Start of Source material

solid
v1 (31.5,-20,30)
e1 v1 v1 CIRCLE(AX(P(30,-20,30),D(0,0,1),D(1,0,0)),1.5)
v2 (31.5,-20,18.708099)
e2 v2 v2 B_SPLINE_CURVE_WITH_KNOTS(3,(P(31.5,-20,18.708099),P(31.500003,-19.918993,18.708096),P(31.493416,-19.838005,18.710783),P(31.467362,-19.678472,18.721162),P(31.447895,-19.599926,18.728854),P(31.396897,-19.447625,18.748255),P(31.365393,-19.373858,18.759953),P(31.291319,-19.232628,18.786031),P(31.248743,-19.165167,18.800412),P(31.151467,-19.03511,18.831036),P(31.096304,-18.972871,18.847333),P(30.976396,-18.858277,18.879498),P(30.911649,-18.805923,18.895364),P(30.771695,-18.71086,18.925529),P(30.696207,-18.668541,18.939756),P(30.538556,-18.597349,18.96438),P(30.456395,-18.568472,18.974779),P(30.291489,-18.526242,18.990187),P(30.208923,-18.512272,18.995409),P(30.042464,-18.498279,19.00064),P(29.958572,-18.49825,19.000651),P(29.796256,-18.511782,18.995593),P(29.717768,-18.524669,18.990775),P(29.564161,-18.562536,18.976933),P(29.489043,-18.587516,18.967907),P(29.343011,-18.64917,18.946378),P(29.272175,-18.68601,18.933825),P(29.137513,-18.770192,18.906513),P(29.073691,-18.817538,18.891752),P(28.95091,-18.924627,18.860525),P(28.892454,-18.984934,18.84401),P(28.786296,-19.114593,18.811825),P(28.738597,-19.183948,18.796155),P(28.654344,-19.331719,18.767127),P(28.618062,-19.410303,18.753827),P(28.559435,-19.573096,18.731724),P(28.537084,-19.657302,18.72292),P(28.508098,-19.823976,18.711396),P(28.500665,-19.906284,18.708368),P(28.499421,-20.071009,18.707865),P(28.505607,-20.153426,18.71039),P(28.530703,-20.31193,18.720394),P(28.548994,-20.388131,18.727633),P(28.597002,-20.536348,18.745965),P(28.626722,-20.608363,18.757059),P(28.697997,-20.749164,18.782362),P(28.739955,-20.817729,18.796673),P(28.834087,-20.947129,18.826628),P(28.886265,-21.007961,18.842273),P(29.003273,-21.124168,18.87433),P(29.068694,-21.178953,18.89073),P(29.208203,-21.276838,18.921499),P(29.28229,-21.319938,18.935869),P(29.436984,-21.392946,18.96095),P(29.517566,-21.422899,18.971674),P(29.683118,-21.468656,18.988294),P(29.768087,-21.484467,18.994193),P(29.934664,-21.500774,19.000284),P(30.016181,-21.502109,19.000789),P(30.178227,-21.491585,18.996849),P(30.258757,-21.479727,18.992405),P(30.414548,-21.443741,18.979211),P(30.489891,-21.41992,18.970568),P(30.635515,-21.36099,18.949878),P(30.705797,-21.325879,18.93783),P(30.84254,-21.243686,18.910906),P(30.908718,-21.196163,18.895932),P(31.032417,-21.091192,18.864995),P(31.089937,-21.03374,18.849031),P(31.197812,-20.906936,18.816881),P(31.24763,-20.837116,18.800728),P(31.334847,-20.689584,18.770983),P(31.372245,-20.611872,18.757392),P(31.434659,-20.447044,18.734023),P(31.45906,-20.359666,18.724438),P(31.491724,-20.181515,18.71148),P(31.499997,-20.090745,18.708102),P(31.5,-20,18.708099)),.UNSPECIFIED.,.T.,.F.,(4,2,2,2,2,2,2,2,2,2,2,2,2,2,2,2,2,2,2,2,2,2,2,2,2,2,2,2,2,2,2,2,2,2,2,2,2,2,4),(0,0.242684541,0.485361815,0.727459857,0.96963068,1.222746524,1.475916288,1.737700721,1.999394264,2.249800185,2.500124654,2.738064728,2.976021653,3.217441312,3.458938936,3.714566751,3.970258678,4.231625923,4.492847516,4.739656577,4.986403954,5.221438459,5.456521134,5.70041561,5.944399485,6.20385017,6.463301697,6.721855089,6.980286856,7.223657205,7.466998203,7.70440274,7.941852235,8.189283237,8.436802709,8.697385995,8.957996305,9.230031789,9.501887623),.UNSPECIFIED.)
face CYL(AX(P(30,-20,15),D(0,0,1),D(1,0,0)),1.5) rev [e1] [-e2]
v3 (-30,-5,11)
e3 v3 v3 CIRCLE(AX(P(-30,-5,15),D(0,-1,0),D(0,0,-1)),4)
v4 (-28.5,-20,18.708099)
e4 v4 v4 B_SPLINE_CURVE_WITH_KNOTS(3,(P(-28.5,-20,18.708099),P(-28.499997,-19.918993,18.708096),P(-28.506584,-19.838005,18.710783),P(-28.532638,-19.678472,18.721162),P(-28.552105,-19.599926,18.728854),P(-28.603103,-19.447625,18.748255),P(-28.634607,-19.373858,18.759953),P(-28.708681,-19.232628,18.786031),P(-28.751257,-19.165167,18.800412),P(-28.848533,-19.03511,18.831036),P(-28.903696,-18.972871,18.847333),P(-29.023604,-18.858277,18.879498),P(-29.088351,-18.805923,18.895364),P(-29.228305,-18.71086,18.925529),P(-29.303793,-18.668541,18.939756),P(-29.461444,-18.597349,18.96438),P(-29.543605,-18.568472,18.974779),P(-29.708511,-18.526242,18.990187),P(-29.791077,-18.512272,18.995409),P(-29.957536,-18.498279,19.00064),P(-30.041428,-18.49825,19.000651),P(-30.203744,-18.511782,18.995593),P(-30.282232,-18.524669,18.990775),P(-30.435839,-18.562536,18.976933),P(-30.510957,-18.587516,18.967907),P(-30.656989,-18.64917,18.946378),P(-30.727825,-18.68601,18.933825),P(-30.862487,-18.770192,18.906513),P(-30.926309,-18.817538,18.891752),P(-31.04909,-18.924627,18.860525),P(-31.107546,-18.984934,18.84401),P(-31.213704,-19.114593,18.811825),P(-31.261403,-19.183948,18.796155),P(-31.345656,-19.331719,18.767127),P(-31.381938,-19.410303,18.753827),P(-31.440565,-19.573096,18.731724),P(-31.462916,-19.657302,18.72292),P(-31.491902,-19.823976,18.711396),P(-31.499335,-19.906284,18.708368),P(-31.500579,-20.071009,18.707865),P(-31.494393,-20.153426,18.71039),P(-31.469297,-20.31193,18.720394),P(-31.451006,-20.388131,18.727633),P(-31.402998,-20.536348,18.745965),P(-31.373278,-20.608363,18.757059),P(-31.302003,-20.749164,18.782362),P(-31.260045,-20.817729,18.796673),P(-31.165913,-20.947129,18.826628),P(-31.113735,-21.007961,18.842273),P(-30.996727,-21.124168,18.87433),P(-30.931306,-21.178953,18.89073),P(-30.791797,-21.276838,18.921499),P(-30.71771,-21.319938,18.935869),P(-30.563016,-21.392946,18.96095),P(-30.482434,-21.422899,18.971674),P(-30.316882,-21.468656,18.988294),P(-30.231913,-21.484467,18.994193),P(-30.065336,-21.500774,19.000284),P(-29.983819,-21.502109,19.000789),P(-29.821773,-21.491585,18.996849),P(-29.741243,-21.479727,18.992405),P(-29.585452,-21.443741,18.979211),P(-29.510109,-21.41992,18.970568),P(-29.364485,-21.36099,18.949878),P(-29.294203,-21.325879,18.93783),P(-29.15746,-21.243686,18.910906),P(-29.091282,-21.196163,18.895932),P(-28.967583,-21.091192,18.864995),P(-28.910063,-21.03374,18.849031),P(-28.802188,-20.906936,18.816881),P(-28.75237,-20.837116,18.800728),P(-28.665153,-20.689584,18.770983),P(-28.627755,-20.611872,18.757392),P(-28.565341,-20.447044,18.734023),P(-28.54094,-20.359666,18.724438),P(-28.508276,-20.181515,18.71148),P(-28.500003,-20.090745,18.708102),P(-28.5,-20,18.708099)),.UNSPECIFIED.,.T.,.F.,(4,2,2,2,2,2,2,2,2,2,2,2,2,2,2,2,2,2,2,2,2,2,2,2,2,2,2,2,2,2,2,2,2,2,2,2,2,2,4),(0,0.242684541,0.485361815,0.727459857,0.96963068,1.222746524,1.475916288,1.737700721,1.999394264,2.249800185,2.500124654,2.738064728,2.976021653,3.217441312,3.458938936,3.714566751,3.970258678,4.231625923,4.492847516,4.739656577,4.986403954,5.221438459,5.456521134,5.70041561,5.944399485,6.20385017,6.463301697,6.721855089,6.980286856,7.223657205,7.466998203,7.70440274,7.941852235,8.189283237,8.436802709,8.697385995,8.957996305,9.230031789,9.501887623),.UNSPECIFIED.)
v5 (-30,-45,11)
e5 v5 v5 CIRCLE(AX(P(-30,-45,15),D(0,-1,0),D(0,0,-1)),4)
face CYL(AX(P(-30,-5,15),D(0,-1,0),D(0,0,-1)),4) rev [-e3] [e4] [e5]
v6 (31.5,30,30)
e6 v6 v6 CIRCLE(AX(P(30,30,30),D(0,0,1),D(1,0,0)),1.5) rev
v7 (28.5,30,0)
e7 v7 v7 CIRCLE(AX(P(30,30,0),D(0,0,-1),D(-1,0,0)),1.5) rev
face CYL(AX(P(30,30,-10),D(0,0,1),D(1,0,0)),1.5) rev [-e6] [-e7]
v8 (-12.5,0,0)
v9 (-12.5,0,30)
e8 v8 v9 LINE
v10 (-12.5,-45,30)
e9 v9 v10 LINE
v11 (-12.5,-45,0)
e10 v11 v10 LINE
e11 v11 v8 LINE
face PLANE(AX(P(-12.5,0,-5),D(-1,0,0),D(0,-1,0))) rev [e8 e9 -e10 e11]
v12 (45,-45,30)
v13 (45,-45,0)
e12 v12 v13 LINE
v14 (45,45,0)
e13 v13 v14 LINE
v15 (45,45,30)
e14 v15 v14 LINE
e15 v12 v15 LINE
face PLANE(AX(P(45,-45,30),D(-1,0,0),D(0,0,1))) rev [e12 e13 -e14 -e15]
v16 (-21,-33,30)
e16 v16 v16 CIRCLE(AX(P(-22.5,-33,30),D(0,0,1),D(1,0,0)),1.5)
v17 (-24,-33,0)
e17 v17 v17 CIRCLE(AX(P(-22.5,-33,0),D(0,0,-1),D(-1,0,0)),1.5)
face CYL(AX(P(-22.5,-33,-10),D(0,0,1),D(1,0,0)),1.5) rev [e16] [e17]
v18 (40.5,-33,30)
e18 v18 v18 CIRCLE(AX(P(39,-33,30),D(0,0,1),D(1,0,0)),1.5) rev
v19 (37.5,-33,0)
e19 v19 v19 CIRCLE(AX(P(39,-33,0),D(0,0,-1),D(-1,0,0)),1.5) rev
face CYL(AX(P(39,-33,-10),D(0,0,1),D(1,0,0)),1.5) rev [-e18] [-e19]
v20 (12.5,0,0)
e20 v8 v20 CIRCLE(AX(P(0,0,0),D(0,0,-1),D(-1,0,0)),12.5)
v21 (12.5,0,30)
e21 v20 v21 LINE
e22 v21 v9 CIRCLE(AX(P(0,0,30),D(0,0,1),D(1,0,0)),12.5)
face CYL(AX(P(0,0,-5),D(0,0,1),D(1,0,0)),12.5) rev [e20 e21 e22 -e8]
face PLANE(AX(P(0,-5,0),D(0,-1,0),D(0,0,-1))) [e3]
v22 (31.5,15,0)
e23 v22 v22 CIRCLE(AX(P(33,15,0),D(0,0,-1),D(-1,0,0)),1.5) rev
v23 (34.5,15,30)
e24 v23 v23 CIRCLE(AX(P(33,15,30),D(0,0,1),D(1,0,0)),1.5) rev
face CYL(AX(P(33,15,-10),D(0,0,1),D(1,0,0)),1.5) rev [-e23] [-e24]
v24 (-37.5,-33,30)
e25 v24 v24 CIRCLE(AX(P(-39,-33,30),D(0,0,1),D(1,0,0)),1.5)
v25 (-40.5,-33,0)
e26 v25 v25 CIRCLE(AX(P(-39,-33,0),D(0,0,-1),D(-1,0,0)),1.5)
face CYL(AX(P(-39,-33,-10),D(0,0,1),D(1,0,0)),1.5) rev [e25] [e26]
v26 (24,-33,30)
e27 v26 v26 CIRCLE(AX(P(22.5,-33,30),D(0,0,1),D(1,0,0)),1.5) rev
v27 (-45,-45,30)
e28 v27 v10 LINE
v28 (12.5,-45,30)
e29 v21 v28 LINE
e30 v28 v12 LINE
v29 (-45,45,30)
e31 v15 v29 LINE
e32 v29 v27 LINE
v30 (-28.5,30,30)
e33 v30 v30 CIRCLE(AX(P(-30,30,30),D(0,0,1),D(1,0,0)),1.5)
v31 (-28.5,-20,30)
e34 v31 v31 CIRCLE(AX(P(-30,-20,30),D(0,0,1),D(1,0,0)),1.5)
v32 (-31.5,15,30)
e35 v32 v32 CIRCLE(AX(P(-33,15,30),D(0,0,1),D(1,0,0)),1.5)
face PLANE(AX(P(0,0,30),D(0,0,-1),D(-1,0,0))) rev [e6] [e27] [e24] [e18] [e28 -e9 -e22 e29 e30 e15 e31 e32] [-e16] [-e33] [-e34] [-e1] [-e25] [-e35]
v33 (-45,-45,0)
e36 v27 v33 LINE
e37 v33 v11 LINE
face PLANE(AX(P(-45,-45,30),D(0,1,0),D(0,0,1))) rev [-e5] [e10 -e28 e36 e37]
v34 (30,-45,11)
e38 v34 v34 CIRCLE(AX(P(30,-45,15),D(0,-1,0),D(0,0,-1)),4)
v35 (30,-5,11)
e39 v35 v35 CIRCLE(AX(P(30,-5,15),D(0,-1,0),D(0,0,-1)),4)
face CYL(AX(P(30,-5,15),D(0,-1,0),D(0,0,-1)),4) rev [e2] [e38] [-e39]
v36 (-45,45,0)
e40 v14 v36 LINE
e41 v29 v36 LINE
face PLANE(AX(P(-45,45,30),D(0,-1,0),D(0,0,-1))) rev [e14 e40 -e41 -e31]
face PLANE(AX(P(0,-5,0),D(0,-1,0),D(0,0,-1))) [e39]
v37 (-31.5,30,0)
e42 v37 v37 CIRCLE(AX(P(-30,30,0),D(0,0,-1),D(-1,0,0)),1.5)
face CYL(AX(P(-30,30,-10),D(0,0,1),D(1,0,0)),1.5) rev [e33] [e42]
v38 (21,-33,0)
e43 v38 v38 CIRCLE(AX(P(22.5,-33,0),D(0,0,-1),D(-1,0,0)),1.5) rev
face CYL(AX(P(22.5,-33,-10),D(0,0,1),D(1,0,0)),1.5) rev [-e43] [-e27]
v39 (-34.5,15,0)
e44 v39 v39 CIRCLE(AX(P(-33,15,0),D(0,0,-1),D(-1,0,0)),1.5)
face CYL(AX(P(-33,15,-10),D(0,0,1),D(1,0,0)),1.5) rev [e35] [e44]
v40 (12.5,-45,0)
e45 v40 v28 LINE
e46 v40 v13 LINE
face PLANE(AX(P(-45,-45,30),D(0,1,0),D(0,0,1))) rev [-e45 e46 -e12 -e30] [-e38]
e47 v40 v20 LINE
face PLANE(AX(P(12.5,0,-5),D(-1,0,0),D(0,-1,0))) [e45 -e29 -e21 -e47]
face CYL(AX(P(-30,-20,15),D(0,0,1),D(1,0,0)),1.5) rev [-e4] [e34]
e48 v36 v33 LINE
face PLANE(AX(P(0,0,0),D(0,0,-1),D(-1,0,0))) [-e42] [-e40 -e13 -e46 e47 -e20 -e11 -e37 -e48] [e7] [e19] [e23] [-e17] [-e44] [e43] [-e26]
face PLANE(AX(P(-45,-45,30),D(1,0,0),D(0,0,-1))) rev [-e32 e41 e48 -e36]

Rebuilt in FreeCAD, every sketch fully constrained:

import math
import FreeCAD as App
import Part
import Sketcher
from FreeCAD import Vector


def add_polygon(sketch, points):
    """Adds a closed chain of lines whose ends are joined by coincident constraints."""
    first, n = sketch.GeometryCount, len(points)
    for a, b in zip(points, points[1:] + points[:1]):
        sketch.addGeometry(Part.LineSegment(App.Vector(*a, 0), App.Vector(*b, 0)), False)
    for i in range(n):
        sketch.addConstraint(Sketcher.Constraint("Coincident", first + i, 2, first + (i + 1) % n, 1))

doc = App.newDocument("Part")
body = doc.addObject("PartDesign::Body", "Body")

sketch1 = body.newObject("Sketcher::SketchObject", "Sketch")
sketch1.AttachmentSupport = (doc.getObject("XY_Plane"), [""])
sketch1.MapMode = "FlatFace"
add_polygon(sketch1, [(-45, 45), (-45, -45), (45, -45), (45, 45)])
sketch1.addConstraint(Sketcher.Constraint("Vertical", 0))
sketch1.addConstraint(Sketcher.Constraint("Horizontal", 1))
sketch1.addConstraint(Sketcher.Constraint("Vertical", 2))
sketch1.addConstraint(Sketcher.Constraint("Horizontal", 3))
sketch1.addConstraint(Sketcher.Constraint("Symmetric", 0, 2, 2, 2, -1, 1))
sketch1.addConstraint(Sketcher.Constraint("Equal", 3, 0))
sketch1.addConstraint(Sketcher.Constraint("DistanceX", 1, 1, 1, 2, 90.0))
pad1 = body.newObject("PartDesign::Pad", "Pad")
pad1.Profile = sketch1
pad1.Length = 30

End of Source material

- **Assignment**: Looking at the records above, return exactly the lines from the line with "v1 (31.5,-20,30)" to the line with "v2 (31.5,-20,18.708099)", both ends included.

- **Answer below**:
v1 (31.5,-20,30)
e1 v1 v1 CIRCLE(AX(P(30,-20,30),D(0,0,1),D(1,0,0)),1.5)
v2 (31.5,-20,18.708099)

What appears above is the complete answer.